Was it possible to correct those annoying shortcomings of the Su-33, which prevented him from gaining unqualified superiority over the MiG in terms of fulfilling the tasks of air defense, and at the same time letting weapon "Air-to-surface"? Without a doubt - you can. For example, the upgraded Su-27CM are able to use RVV-SD. In essence, no one interfered with the time to turn the Su-33 from the 4 generation into the 4 ++ generation, the Sukhoi Design Bureau was going to do just that: the deck aircraft of the 4 generation at the first stage and its improvement in the subsequent ones.
And if we were talking now about the air group of some promising aircraft carrier, then it would be more correct to build it on the Su-33 modification, or on their Su-33 and MiG-29K mixed air group. However, we are talking about a very specific situation at the beginning of the 90-s - the USSR collapsed, and it was quite clear that the “Admiral of the Fleet of the Soviet Union Kuznetsov” would remain our only aircraft carrier capable of receiving horizontal take-off and landing aircraft for a long time.

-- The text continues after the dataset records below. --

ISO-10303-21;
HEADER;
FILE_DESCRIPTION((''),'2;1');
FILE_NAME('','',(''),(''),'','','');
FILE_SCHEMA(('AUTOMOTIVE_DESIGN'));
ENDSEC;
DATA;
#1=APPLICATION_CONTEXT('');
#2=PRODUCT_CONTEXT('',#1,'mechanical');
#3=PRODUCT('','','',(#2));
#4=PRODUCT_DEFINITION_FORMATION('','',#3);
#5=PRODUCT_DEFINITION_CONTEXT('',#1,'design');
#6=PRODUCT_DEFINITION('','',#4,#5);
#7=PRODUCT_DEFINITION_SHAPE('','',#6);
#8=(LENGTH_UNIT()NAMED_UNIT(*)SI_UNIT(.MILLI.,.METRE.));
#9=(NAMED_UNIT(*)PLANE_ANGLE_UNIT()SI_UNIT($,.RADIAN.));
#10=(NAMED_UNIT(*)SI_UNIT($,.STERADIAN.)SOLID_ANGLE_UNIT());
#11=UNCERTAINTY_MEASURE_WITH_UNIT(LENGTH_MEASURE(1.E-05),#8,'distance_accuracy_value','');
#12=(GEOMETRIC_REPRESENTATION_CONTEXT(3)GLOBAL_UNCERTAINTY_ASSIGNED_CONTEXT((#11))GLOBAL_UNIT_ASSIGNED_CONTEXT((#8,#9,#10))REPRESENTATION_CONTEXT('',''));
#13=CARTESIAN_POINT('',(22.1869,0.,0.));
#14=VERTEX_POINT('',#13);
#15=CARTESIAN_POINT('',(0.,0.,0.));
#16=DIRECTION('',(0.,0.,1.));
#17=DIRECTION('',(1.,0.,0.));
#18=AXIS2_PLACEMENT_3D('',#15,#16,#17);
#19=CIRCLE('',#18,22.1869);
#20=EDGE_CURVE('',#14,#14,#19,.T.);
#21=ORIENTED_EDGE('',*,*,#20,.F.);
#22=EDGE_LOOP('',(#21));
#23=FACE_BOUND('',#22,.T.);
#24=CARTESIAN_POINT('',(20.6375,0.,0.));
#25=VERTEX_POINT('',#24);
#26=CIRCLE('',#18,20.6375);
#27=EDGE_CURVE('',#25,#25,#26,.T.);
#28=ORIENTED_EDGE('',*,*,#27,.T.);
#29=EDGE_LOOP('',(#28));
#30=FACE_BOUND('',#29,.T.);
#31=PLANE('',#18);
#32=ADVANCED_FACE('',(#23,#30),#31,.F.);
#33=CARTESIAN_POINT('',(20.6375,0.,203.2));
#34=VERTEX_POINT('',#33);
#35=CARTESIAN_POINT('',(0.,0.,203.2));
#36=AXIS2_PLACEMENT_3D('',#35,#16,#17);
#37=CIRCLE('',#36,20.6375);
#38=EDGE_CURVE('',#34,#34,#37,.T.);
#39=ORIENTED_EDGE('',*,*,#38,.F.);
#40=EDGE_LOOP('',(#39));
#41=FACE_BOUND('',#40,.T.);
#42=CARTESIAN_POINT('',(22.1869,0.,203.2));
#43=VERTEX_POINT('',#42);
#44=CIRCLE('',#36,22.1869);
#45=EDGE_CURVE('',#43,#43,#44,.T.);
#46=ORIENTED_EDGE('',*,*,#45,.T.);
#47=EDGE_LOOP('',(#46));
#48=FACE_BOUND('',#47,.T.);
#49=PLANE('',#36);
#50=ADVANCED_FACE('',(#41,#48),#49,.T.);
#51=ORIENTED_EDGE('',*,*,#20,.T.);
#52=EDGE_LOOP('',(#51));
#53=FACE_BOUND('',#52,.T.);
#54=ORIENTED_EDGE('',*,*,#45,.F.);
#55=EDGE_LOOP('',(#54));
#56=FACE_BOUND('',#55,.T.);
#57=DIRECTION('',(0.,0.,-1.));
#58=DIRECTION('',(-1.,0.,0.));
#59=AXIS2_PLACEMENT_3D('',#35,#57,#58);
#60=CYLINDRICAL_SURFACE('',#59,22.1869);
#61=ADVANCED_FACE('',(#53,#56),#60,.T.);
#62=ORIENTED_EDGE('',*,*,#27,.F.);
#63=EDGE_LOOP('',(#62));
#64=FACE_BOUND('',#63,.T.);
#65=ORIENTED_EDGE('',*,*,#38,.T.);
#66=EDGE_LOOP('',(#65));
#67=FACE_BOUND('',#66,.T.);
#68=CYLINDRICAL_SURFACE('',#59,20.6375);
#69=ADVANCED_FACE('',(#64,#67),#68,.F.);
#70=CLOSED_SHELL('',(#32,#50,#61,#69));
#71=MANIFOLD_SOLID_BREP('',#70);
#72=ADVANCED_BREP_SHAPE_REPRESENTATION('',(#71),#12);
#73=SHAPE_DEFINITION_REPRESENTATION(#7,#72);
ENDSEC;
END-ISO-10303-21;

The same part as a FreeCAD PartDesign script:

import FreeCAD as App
import Part
import Sketcher
from FreeCAD import Vector
Q = App.Units.Quantity

doc = App.newDocument("Part")
params = doc.addObject("Spreadsheet::Sheet", "Params")
for row, (alias, value) in enumerate([
    ("sketch1_diameter", "1.747 in"),
    ("sketch1_diameter2", "1.625 in"),
    ("pad1_length", "8 in"),
], start=1):
    params.set(f"A{row}", alias)
    params.set(f"B{row}", "=" + value)
    params.setAlias(f"B{row}", alias)

body = doc.addObject("PartDesign::Body", "Body")

sketch1 = body.newObject("Sketcher::SketchObject", "Sketch")
sketch1.AttachmentSupport = (doc.getObject("XY_Plane"), [""])
sketch1.MapMode = "FlatFace"
sketch1.addGeometry([
    Part.Circle(Vector(0, 0, 0), Vector(0, 0, 1), 22),
    Part.Circle(Vector(0, 0, 0), Vector(0, 0, 1), 21),
], False)
sketch1.addConstraint([
    Sketcher.Constraint("Coincident", 0, 3, -1, 1),
    Sketcher.Constraint("Coincident", 1, 3, -1, 1),
    Sketcher.Constraint("Diameter", 0, Q("1.747 in")),
    Sketcher.Constraint("Diameter", 1, Q("1.625 in")),
])
sketch1.setExpression("Constraints[2]", "Params.sketch1_diameter")
sketch1.setExpression("Constraints[3]", "Params.sketch1_diameter2")
pad1 = body.newObject("PartDesign::Pad", "Pad")
pad1.Profile = sketch1
pad1.setExpression("Length", "Params.pad1_length")

doc.recompute()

In the conditions of the coming collapse of the Navy and naval rocket launchers, the question of the universality of the Kuznetsov aircraft was extremely important. In the USSR, enemy AUS could attack regiments of a Tu-22М3, an APL detachment, surface missile cruisers, etc. With so many means of destruction, it was really correct to “sharpen” the TAKR air group in the air defense system in order to provide air cover for the shock forces. But literally a decade passed, and the USSR naval power remained only in the memory of those who were not indifferent. Under these conditions, the ability of the MiG-29K to strike at surface targets could qualitatively improve the capabilities of the Russian Northern Fleet. And besides - since the collapse of the USSR, we (fortunately!) Have not entered the world "hot" war (although the times of the "cold" war have already returned). Conflicts have taken a different, creeping form - Russia defends its interests, giving repulse to numerous “bootype” who are trying to turn an entire Arab conglomerate into a mad and cave “caliphate”. For use in local conflicts, for the "projection of force" is more useful than a multi-purpose aircraft carrier, whose air group is capable of destroying air, ground and surface targets, and not just air.
Thus, in the specific conditions of the 1991, the MiG-29K was preferable to the Su-33. But the fine-tuning of the aircraft was simply not enough money. And if there were money, could the Mikoyan OKB be able to bring to serial production the MiG-29K within a reasonable time?
Without a doubt - could. In fact, they demonstrated this by creating the MiG-29K for the Indian Navy.